The European Union by contrast has drafted a Digital Services Act (DSA) and Digital Markets Act ( DMA) that build on existing e-commerce rules to force online platforms to take more responsibility for the content they serve up to their users. One particularly interesting aspect to the DMA is that it partly relies on competition law-like remedies to make platforms more transparent, interoperable and accountable. Letting users take their data to other platforms incentivises a more responsive market to user needs. In particular, platforms depend on advertising revenue, which is increasingly generated by algorithms serving up viral extreme content and fake news. The DSA will require audit of the algorithms of the largest platforms to stop them automatedly leading users to the most vicious and misleading content just to make money. Most recently the EU has also set out a proposal to make targeted political advertising, which might include “fake news” substantially more transparent.

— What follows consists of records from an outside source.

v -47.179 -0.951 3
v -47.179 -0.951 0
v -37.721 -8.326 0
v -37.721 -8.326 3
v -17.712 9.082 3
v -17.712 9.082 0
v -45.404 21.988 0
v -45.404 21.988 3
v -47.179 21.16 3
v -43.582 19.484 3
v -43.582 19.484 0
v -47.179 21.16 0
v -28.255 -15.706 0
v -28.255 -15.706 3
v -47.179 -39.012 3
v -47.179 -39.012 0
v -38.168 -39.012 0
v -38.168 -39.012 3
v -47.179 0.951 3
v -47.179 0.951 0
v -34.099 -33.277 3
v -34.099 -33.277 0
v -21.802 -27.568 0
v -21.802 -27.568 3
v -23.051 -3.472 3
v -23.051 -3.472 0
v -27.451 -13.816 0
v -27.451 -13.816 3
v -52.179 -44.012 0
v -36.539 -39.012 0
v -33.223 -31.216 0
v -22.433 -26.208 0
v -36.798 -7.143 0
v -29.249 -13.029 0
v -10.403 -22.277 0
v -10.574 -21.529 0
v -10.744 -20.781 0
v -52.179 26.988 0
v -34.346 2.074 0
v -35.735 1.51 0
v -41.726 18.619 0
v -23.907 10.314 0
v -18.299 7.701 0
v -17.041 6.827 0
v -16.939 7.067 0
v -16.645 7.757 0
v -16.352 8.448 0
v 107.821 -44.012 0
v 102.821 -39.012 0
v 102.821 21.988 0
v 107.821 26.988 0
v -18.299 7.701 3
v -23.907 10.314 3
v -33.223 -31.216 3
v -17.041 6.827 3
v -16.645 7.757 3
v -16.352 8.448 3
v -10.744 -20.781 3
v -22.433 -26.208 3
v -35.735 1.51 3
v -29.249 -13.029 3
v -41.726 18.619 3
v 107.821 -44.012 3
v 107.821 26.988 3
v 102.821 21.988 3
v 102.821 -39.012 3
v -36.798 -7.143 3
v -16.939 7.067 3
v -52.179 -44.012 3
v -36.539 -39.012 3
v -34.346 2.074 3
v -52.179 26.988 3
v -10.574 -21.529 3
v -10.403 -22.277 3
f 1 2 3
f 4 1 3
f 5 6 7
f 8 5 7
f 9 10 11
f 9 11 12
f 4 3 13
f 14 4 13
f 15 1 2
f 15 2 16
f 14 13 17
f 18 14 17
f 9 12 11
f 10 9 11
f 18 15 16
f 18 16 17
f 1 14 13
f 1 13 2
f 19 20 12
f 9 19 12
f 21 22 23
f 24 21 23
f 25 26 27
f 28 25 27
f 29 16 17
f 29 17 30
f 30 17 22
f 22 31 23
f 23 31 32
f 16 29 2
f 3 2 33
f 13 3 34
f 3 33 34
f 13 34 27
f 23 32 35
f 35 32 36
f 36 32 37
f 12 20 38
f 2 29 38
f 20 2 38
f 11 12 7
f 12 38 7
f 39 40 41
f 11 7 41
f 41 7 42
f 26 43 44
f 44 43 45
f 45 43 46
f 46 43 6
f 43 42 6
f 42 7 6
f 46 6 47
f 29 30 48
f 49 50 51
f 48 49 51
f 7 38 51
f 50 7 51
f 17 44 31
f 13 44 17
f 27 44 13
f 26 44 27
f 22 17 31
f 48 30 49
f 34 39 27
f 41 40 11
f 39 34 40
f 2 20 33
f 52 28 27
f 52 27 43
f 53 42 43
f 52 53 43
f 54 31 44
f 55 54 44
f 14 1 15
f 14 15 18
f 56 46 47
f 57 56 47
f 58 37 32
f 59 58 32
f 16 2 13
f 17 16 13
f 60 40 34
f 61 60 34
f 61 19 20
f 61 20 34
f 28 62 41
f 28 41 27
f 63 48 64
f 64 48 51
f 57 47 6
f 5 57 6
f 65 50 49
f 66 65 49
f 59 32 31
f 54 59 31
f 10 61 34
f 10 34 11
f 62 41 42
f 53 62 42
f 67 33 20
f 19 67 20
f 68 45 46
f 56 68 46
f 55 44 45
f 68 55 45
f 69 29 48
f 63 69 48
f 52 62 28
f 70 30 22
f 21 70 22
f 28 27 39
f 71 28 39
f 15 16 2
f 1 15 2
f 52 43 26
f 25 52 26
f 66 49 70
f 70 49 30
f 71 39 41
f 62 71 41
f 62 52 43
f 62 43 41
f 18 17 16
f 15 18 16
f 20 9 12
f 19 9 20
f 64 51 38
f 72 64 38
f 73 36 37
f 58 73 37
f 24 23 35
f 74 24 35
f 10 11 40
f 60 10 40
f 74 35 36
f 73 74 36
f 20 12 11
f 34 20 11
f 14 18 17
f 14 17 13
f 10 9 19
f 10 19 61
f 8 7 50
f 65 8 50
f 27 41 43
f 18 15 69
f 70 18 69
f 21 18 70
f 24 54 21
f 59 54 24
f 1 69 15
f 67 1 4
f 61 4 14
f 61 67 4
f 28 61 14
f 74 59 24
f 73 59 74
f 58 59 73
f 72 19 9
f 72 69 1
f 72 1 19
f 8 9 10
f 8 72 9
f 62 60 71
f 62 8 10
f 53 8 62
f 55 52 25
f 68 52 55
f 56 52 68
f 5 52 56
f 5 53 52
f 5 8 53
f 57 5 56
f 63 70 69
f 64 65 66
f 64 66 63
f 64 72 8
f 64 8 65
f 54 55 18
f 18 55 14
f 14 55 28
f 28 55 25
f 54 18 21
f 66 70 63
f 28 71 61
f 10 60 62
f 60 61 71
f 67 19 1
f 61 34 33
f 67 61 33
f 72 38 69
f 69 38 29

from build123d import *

# Parameters (mm, degrees)
F0_W     = 5
F0_H     = 5
F1_DEPTH = 3
F3_DEPTH = 3


with BuildPart() as f1:
    # F0 (on Top) → F1 (new body)
    with BuildSketch(Plane.XY):
        Polygon((-45.4040056488, 21.9877450019), (-47.1794794431, 21.9877450019), (-23.5897397215, 10.993872501), (-23.2729228799, 11.6736718014), align=None)
        Polygon((-23.5897397215, 10.993872501), (-47.1794794431, 21.9877450019), (-47.1794794431, 21.1602949006), (-43.5824141612, 19.4839017927), (-42.7601054315, 19.1006691908), (-41.7257321146, 18.618605018), (-23.9065565632, 10.3140732006), align=None)
        Polygon((-41.7257321146, 18.618605018), (-42.7601054315, 19.1006691908), (-35.0499012319, 1.8158922844), (-34.345795602, 2.0742239744), align=None)
        Polygon((-42.7601054315, 19.1006691908), (-43.5824141612, 19.4839017927), (-35.7348462755, 1.5103594921), (-35.0499012319, 1.8158922844), align=None)
        Polygon((-23.2729228799, 11.6736718014), (-23.5897397215, 10.993872501), (-18.0053610902, 8.3913025958), (-17.7116326841, 9.0818621386), align=None)
        Polygon((-18.0053610902, 8.3913025958), (-23.5897397215, 10.993872501), (-23.9065565632, 10.3140732006), (-18.2990894963, 7.700743053), align=None)
        Polygon((-17.7116326841, 9.0818621386), (-18.0053610902, 8.3913025958), (-17.3255617898, 8.0744857541), (-16.6453705191, 7.7574862368), (-16.351642113, 8.4480457795), align=None)
        Polygon((-17.3255617898, 8.0744857541), (-18.0053610902, 8.3913025958), (-18.2990894963, 7.700743053), (-17.6192901959, 7.3839262113), align=None)
        Polygon((-16.6453705191, 7.7574862368), (-17.3255617898, 8.0744857541), (-17.1143889358, 7.1486196694), (-16.9390989252, 7.066926694), align=None)
        Polygon((-17.1143889358, 7.1486196694), (-17.3255617898, 8.0744857541), (-17.6192901959, 7.3839262113), align=None)
        Polygon((-17.0410746172, 6.8271804325), (-17.1143889358, 7.1486196694), (-17.6192901959, 7.3839262113), (-22.3714190216, -3.7883943447), (-21.681257424, -4.0819534855), align=None)
        Polygon((-17.6192901959, 7.3839262113), (-18.2990894963, 7.700743053), (-23.051218322, -3.471577503), (-22.3714190216, -3.7883943447), align=None)
        Polygon((-16.9390989252, 7.066926694), (-17.1143889358, 7.1486196694), (-17.0410746172, 6.8271804325), align=None)
        Polygon((-27.3396970322, -15.468884622), (-37.3538322747, -39.0122549981), (-36.5388057622, -39.0122549981), (-34.0993712739, -33.2771107969), (-33.6611290686, -32.2467973145), (-33.2228868633, -31.2164838322), (-21.681257424, -4.0819534855), (-22.3714190216, -3.7883943447), (-27.0359227228, -14.7547070217), align=None)
        Polygon((-22.3714190216, -3.7883943447), (-23.051218322, -3.471577503), (-27.4510842105, -13.8157230242), (-27.6476172037, -14.2777748078), (-27.0359227228, -14.7547070217), align=None)
        Polygon((-34.345795602, 2.0742239744), (-35.0499012319, 1.8158922844), (-27.9901434053, -14.010710473), (-27.6476172037, -14.2777748078), (-27.4510842105, -13.8157230242), align=None)
        Polygon((-35.0499012319, 1.8158922844), (-35.7348462755, 1.5103594921), (-29.2493098322, -13.0289507049), (-27.9901434053, -14.010710473), align=None)
        Polygon((-36.7984283085, -7.1429767416), (-47.1794794431, 0.9510274632), (-47.1794794431, 0), (-37.2595882377, -7.734442311), align=None)
        Polygon((-47.1794794431, 0), (-47.1794794431, -0.9510274632), (-37.7207481668, -8.3259078804), (-37.2595882377, -7.734442311), align=None)
        Polygon((-29.2493098322, -13.0289507049), (-36.7984283085, -7.1429767416), (-37.2595882377, -7.734442311), (-27.9513915131, -14.9919524081), (-27.7566597577, -14.5341353596), (-27.9901434053, -14.010710473), align=None)
        Polygon((-37.2595882377, -7.734442311), (-37.7207481668, -8.3259078804), (-28.2551658225, -15.7061300084), (-27.9513915131, -14.9919524081), align=None)
        Polygon((-33.6611290686, -32.2467973145), (-34.0993712739, -33.2771107969), (-21.8015368152, -27.568214313), (-22.1173333259, -26.8879404242), align=None)
        Polygon((-33.2228868633, -31.2164838322), (-33.6611290686, -32.2467973145), (-22.1173333259, -26.8879404242), (-22.4331298367, -26.2076665354), align=None)
        Polygon((-10.5735375832, -21.5290835338), (-10.7440753935, -20.781377701), (-22.4331298367, -26.2076665354), (-22.1173333259, -26.8879404242), align=None)
        Polygon((-22.1173333259, -26.8879404242), (-21.8015368152, -27.568214313), (-10.402999773, -22.2767893666), (-10.5735375832, -21.5290835338), align=None)
        Polygon((-27.7566597577, -14.5341353596), (-27.3396970322, -15.468884622), (-27.0359227228, -14.7547070217), (-27.6476172037, -14.2777748078), align=None)
        Polygon((-27.9513915131, -14.9919524081), (-27.3396970322, -15.468884622), (-27.7566597577, -14.5341353596), align=None)
        Polygon((-28.2551658225, -15.7061300084), (-38.1683891161, -39.0122549981), (-37.3538322747, -39.0122549981), (-27.3396970322, -15.468884622), (-27.9513915131, -14.9919524081), align=None)
        Polygon((-27.9901434053, -14.010710473), (-27.7566597577, -14.5341353596), (-27.6476172037, -14.2777748078), align=None)
        Polygon((-38.1683891161, -39.0122549981), (-47.1794794431, -39.0122549981), (-47.1794794431, -44.0122549981), (27.8205205569, -44.0122549981), (102.8205205569, -44.0122549981), (102.8205205569, -39.0122549981), (96.8116257564, -39.0122549981), (64.2124563456, -39.0122549981), (42.8673438728, -39.0122549981), (-8.5564870387, -39.0122549981), (-36.5388057622, -39.0122549981), (-37.3538322747, -39.0122549981), align=None)
        with Locations((-49.6794794431, 24.4877450019)):
            Rectangle(F0_W, F0_H)
        Polygon((-47.1794794431, 21.9877450019), (-52.1794794431, 21.9877450019), (-52.1794794431, -39.0122549981), (-47.1794794431, -39.0122549981), (-47.1794794431, -0.9510274632), (-47.1794794431, 0), (-47.1794794431, 0.9510274632), (-47.1794794431, 21.1602949006), align=None)
        with Locations((-49.6794794431, -41.5122549981)):
            Rectangle(F0_W, F0_H)
        Polygon((102.8205205569, 26.9877450019), (-47.1794794431, 26.9877450019), (-47.1794794431, 21.9877450019), (-45.4040056488, 21.9877450019), (-2.1254387614, 21.9877450019), (0, 21.9877450019), (11.2784197554, 21.9877450019), (31.8888692592, 21.9877450019), (63.347607851, 21.9877450019), (95.1727256179, 21.9877450019), (102.8205205569, 21.9877450019), align=None)
        with Locations((105.3205205569, 24.4877450019)):
            Rectangle(F0_W, F0_H)
        Polygon((107.8205205569, -39.0122549981), (107.8205205569, 21.9877450019), (102.8205205569, 21.9877450019), (102.8205205569, -20.5286494456), (102.8205205569, -28.1625539064), (102.8205205569, -39.0122549981), align=None)
        with Locations((105.3205205569, -41.5122549981)):
            Rectangle(F0_W, F0_H)
    extrude(amount=F1_DEPTH)


with BuildPart() as f3:
    # F2 (on face) → F3 (new body)
    with BuildSketch(Plane.XY.offset(3)):
        Polygon((-18.2990894963, 7.700743053), (-41.7257321146, 18.618605018), (-27.4510842105, -13.8157230242), align=None)
    extrude(amount=-F3_DEPTH)


with BuildPart() as f3b:
    # F2 (on face) → F3, piece 2 (new body)
    with BuildSketch(Plane.XY.offset(3)):
        Polygon((-29.2493098322, -13.0289507049), (-43.5824141612, 19.4839017927), (-47.1794794431, 21.1602949006), (-47.1794794431, 0.9510274632), align=None)
    extrude(amount=-F3_DEPTH)


with BuildPart() as f3c:
    # F2 (on face) → F3, piece 3 (new body)
    with BuildSketch(Plane.XY.offset(3)):
        Polygon((-38.1683891161, -39.0122549981), (-28.2551658225, -15.7061300084), (-47.1794794431, -0.9510274632), (-47.1794794431, -39.0122549981), align=None)
    extrude(amount=-F3_DEPTH)


solid = Compound([f1.part, f3.part, f3b.part, f3c.part])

Importantly, when it comes to disinformation, we know that these platforms do have levers they can pull to reduce the circulation of content that is fake, and to close the accounts of those who are spreading it. Facebook and Twitter both, eventually, chose to deplatform then President Trump after he declared the US election “stolen” and appeared to incite against democracy, a difficult choice which was subsequently approved in a controversial semblance of judicial due process by Facebook’s own internal oversight board. Although many would applaud these actions, they highlight worries over whether private platforms should have such immense powers to control speech rather than elected governments, or courts.
The UK and EU legislative proposals are for the first time seeking to create general wide-ranging solutions to the problem of platform power and specifically, how they drive the flow and uptake of disinformation. How successful these turn out to be remains to be seen (alongside a growing worry that these new regulations will be easily finessed by the largest richest platforms but act as a deterrent to new entrants who might successfully compete with the dominant surveillance capitalism business model), The EU approach with its emphasis on algorithmic amplification and dissemination of content, rather than content per se, as well as its use of competition levers, so far appears more sophisticated than the proposed UK law, though this may change in the future as the Competition and Markets Authority expand their range of tools and the shape of the OSB becomes firmer. As always, there is a fine line between regulation and censorship, and between free markets and social control. Any country that values free speech, plurality of opinion and democracy would do well to remember that.
This blog is one of a series of perspective pieces published to support the Royal Society's Online information environment report, which provides an overview of how the internet has changed, and continues to change, the way society engages with scientific information, and how it may be affecting people’s decision-making behaviour.